A basic question

Hi,
If I input an image of a dog and add noise and then the neural network predicts the noise and then it gets subtracted, then it will generate the image of a dog, but how it will generate other images from it, like a cat? Which video explains it and any link to a related research paper?
regards
Faiz

Hi @faizulhaque it is a good point.

To generate different types of image, such as a cat, you would need a separate diffusion model that was trained on a diverse dataset containing images of both dogs and cats. Each model is specialized in generating images from its specific dataset.
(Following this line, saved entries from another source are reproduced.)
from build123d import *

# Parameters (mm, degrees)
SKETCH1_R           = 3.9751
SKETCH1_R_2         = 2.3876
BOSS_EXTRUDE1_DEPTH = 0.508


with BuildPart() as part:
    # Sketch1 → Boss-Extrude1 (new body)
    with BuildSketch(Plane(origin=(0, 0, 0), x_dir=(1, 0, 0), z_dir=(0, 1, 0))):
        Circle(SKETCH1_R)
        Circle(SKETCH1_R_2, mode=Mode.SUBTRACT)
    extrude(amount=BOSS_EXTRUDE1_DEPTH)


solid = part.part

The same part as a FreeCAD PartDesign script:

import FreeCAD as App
import Part
import Sketcher

V = App.Vector
Q = App.Units.Quantity

doc = App.newDocument("Part")
body = doc.addObject("PartDesign::Body", "Body")

sketch1 = body.newObject("Sketcher::SketchObject", "Sketch")
sketch1.AttachmentSupport = (doc.getObject("XZ_Plane"), [""])
sketch1.MapMode = "FlatFace"
sketch1.addGeometry([
    Part.Circle(V(0, 0, 0), V(0, 0, 1), 4),
    Part.Circle(V(0, 0, 0), V(0, 0, 1), 2.4),
], False)
sketch1.addConstraint([
    Sketcher.Constraint("Coincident", 0, 3, -1, 1),
    Sketcher.Constraint("Coincident", 1, 3, -1, 1),
    Sketcher.Constraint("Diameter", 0, Q("0.313 in")),
    Sketcher.Constraint("Diameter", 1, Q("0.188 in")),
])
pad1 = body.newObject("PartDesign::Pad", "Pad")
pad1.Profile = sketch1
pad1.Length = Q("0.02 in")
pad1.Reversed = True

doc.recompute()
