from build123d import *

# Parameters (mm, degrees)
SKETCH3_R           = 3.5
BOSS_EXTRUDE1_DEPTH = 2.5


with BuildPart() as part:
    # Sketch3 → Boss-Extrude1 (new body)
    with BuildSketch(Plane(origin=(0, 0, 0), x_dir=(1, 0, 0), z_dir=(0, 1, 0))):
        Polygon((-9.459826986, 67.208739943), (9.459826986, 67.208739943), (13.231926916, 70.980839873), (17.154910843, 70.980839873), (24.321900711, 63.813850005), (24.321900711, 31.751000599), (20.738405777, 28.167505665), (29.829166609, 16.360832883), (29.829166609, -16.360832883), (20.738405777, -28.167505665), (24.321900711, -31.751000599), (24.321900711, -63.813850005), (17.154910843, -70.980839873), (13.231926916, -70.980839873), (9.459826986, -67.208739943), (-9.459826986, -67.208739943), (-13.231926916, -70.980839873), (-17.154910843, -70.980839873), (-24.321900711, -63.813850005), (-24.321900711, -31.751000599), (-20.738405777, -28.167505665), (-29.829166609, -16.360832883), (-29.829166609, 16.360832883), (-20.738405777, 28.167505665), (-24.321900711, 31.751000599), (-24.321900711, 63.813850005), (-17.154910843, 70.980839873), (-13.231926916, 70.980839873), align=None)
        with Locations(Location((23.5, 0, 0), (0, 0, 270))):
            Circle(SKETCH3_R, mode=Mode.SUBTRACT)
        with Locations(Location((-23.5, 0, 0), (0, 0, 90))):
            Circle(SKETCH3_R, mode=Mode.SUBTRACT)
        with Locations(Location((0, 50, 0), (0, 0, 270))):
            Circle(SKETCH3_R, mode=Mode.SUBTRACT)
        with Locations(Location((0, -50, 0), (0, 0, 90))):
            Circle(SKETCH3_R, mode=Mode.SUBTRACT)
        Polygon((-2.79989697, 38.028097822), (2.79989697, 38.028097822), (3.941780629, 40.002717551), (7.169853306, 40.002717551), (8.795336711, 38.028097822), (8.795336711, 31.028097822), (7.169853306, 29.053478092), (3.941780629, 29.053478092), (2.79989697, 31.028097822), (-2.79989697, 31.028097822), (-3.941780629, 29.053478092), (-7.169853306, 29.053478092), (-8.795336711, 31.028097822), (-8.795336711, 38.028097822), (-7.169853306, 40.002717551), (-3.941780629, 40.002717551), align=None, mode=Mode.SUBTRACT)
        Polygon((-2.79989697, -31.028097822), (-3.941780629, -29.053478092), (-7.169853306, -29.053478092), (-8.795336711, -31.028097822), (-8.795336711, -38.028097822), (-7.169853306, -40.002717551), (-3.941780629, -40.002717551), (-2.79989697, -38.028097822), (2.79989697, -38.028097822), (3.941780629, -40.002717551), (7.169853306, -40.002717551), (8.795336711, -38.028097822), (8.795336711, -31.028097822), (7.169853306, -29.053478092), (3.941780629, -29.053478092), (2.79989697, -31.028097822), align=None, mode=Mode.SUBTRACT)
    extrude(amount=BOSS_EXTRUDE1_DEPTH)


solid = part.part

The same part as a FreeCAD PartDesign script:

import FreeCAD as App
import Part
import Sketcher

V = App.Vector

doc = App.newDocument("Part")
body = doc.addObject("PartDesign::Body", "Body")

# Sketch on XZ plane
sketch1 = body.newObject("Sketcher::SketchObject", "Sketch")
sketch1.AttachmentSupport = (doc.getObject("XZ_Plane"), [""])
sketch1.MapMode = "FlatFace"
sketch1.addGeometry(Part.LineSegment(V(9.459827, -67.20874, 0), V(-9.459827, -67.20874, 0)), False)
sketch1.addGeometry(Part.LineSegment(V(-9.459827, -67.20874, 0), V(-13.231927, -70.98084, 0)), False)
sketch1.addGeometry(Part.LineSegment(V(-13.231927, -70.98084, 0), V(-17.154911, -70.98084, 0)), False)
sketch1.addGeometry(Part.LineSegment(V(-17.154911, -70.98084, 0), V(-24.321901, -63.81385, 0)), False)
sketch1.addGeometry(Part.LineSegment(V(-24.321901, -63.81385, 0), V(-24.321901, -31.751001, 0)), False)
sketch1.addGeometry(Part.LineSegment(V(-24.321901, -31.751001, 0), V(-20.738406, -28.167506, 0)), False)
sketch1.addGeometry(Part.LineSegment(V(-20.738406, -28.167506, 0), V(-29.829167, -16.360833, 0)), False)
sketch1.addGeometry(Part.LineSegment(V(-29.829167, -16.360833, 0), V(-29.829167, 16.360833, 0)), False)
sketch1.addGeometry(Part.LineSegment(V(-29.829167, 16.360833, 0), V(-20.738406, 28.167506, 0)), False)
sketch1.addGeometry(Part.LineSegment(V(-20.738406, 28.167506, 0), V(-24.321901, 31.751001, 0)), False)
sketch1.addGeometry(Part.LineSegment(V(-24.321901, 31.751001, 0), V(-24.321901, 63.81385, 0)), False)
sketch1.addGeometry(Part.LineSegment(V(-24.321901, 63.81385, 0), V(-17.154911, 70.98084, 0)), False)
sketch1.addGeometry(Part.LineSegment(V(-17.154911, 70.98084, 0), V(-13.231927, 70.98084, 0)), False)
sketch1.addGeometry(Part.LineSegment(V(-13.231927, 70.98084, 0), V(-9.459827, 67.20874, 0)), False)
sketch1.addGeometry(Part.LineSegment(V(-9.459827, 67.20874, 0), V(9.459827, 67.20874, 0)), False)
sketch1.addGeometry(Part.LineSegment(V(9.459827, 67.20874, 0), V(13.231927, 70.98084, 0)), False)
sketch1.addGeometry(Part.LineSegment(V(13.231927, 70.98084, 0), V(17.154911, 70.98084, 0)), False)
sketch1.addGeometry(Part.LineSegment(V(17.154911, 70.98084, 0), V(24.321901, 63.81385, 0)), False)
sketch1.addGeometry(Part.LineSegment(V(24.321901, 63.81385, 0), V(24.321901, 31.751001, 0)), False)
sketch1.addGeometry(Part.LineSegment(V(24.321901, 31.751001, 0), V(20.738406, 28.167506, 0)), False)
sketch1.addGeometry(Part.LineSegment(V(20.738406, 28.167506, 0), V(29.829167, 16.360833, 0)), False)
sketch1.addGeometry(Part.LineSegment(V(29.829167, 16.360833, 0), V(29.829167, -16.360833, 0)), False)
sketch1.addGeometry(Part.LineSegment(V(29.829167, -16.360833, 0), V(20.738406, -28.167506, 0)), False)
sketch1.addGeometry(Part.LineSegment(V(20.738406, -28.167506, 0), V(24.321901, -31.751001, 0)), False)
sketch1.addGeometry(Part.LineSegment(V(24.321901, -31.751001, 0), V(24.321901, -63.81385, 0)), False)
sketch1.addGeometry(Part.LineSegment(V(24.321901, -63.81385, 0), V(17.154911, -70.98084, 0)), False)
sketch1.addGeometry(Part.LineSegment(V(17.154911, -70.98084, 0), V(13.231927, -70.98084, 0)), False)
sketch1.addGeometry(Part.LineSegment(V(13.231927, -70.98084, 0), V(9.459827, -67.20874, 0)), False)
sketch1.addGeometry(Part.Circle(V(23.5, 0, 0), V(0, 0, 1), 3.5), False)
sketch1.addGeometry(Part.Circle(V(0, 50, 0), V(0, 0, 1), 3.5), False)
sketch1.addGeometry(Part.LineSegment(V(-2.799897, 31.028098, 0), V(2.799897, 31.028098, 0)), False)
sketch1.addGeometry(Part.LineSegment(V(2.799897, 31.028098, 0), V(3.941781, 29.053478, 0)), False)
sketch1.addGeometry(Part.LineSegment(V(3.941781, 29.053478, 0), V(7.169853, 29.053478, 0)), False)
sketch1.addGeometry(Part.LineSegment(V(7.169853, 29.053478, 0), V(8.795337, 31.028098, 0)), False)
sketch1.addGeometry(Part.LineSegment(V(8.795337, 31.028098, 0), V(8.795337, 38.028098, 0)), False)
sketch1.addGeometry(Part.LineSegment(V(8.795337, 38.028098, 0), V(7.169853, 40.002718, 0)), False)
sketch1.addGeometry(Part.LineSegment(V(7.169853, 40.002718, 0), V(3.941781, 40.002718, 0)), False)
sketch1.addGeometry(Part.LineSegment(V(3.941781, 40.002718, 0), V(2.799897, 38.028098, 0)), False)
sketch1.addGeometry(Part.LineSegment(V(2.799897, 38.028098, 0), V(-2.799897, 38.028098, 0)), False)
sketch1.addGeometry(Part.LineSegment(V(-2.799897, 38.028098, 0), V(-3.941781, 40.002718, 0)), False)
sketch1.addGeometry(Part.LineSegment(V(-3.941781, 40.002718, 0), V(-7.169853, 40.002718, 0)), False)
sketch1.addGeometry(Part.LineSegment(V(-7.169853, 40.002718, 0), V(-8.795337, 38.028098, 0)), False)
sketch1.addGeometry(Part.LineSegment(V(-8.795337, 38.028098, 0), V(-8.795337, 31.028098, 0)), False)
sketch1.addGeometry(Part.LineSegment(V(-8.795337, 31.028098, 0), V(-7.169853, 29.053478, 0)), False)
sketch1.addGeometry(Part.LineSegment(V(-7.169853, 29.053478, 0), V(-3.941781, 29.053478, 0)), False)
sketch1.addGeometry(Part.LineSegment(V(-3.941781, 29.053478, 0), V(-2.799897, 31.028098, 0)), False)
sketch1.addGeometry(Part.Circle(V(-23.5, 0, 0), V(0, 0, 1), 3.5), False)
sketch1.addGeometry(Part.LineSegment(V(-2.799897, -38.028098, 0), V(2.799897, -38.028098, 0)), False)
sketch1.addGeometry(Part.LineSegment(V(2.799897, -38.028098, 0), V(3.941781, -40.002718, 0)), False)
sketch1.addGeometry(Part.LineSegment(V(3.941781, -40.002718, 0), V(7.169853, -40.002718, 0)), False)
sketch1.addGeometry(Part.LineSegment(V(7.169853, -40.002718, 0), V(8.795337, -38.028098, 0)), False)
sketch1.addGeometry(Part.LineSegment(V(8.795337, -38.028098, 0), V(8.795337, -31.028098, 0)), False)
sketch1.addGeometry(Part.LineSegment(V(8.795337, -31.028098, 0), V(7.169853, -29.053478, 0)), False)
sketch1.addGeometry(Part.LineSegment(V(7.169853, -29.053478, 0), V(3.941781, -29.053478, 0)), False)
sketch1.addGeometry(Part.LineSegment(V(3.941781, -29.053478, 0), V(2.799897, -31.028098, 0)), False)
sketch1.addGeometry(Part.LineSegment(V(2.799897, -31.028098, 0), V(-2.799897, -31.028098, 0)), False)
sketch1.addGeometry(Part.LineSegment(V(-2.799897, -31.028098, 0), V(-3.941781, -29.053478, 0)), False)
sketch1.addGeometry(Part.LineSegment(V(-3.941781, -29.053478, 0), V(-7.169853, -29.053478, 0)), False)
sketch1.addGeometry(Part.LineSegment(V(-7.169853, -29.053478, 0), V(-8.795337, -31.028098, 0)), False)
About the paper, I recommend:
“Denoising Diffusion Probabilistic Models” source: https://arxiv.org/pdf/2006.11239.pdf

1 Like

@nydia @faizulhaque
Thanks for the question and thanks for the refernce @Nydia. One question: Lets say I have a sensor with a particular type of noise. If I have a lot lot of images from this sensor:
a) can it get trained to know what the noise statistics are and automatically remove them? or would it need also the grown truth images from a different sensor?
b) what if there is no noise, but there is a camera distortion? Have people used NNs to take multiple images of camera (eg from a checker board, or even better a moving video of a stationary scene) to calibrate or auto-calibrate a camera?
Thanks in advance, Esfandiar

Hi, I think what you are looking is simpler than diffusion models. You can read more about time series and forecasting.

a) can it get trained to know what the noise statistics are and automatically remove them? or would it need also the grown truth images from a different sensor?

You can use directly the noise (the Fourier space signal) and apply do some cleaning on the data.

b) what if there is no noise, but there is a camera distortion? Have people used NNs to take multiple images of camera (eg from a checker board, or even better a moving video of a stationary scene) to calibrate or auto-calibrate a camera?

I think is is something that is widely used in the signal processing field.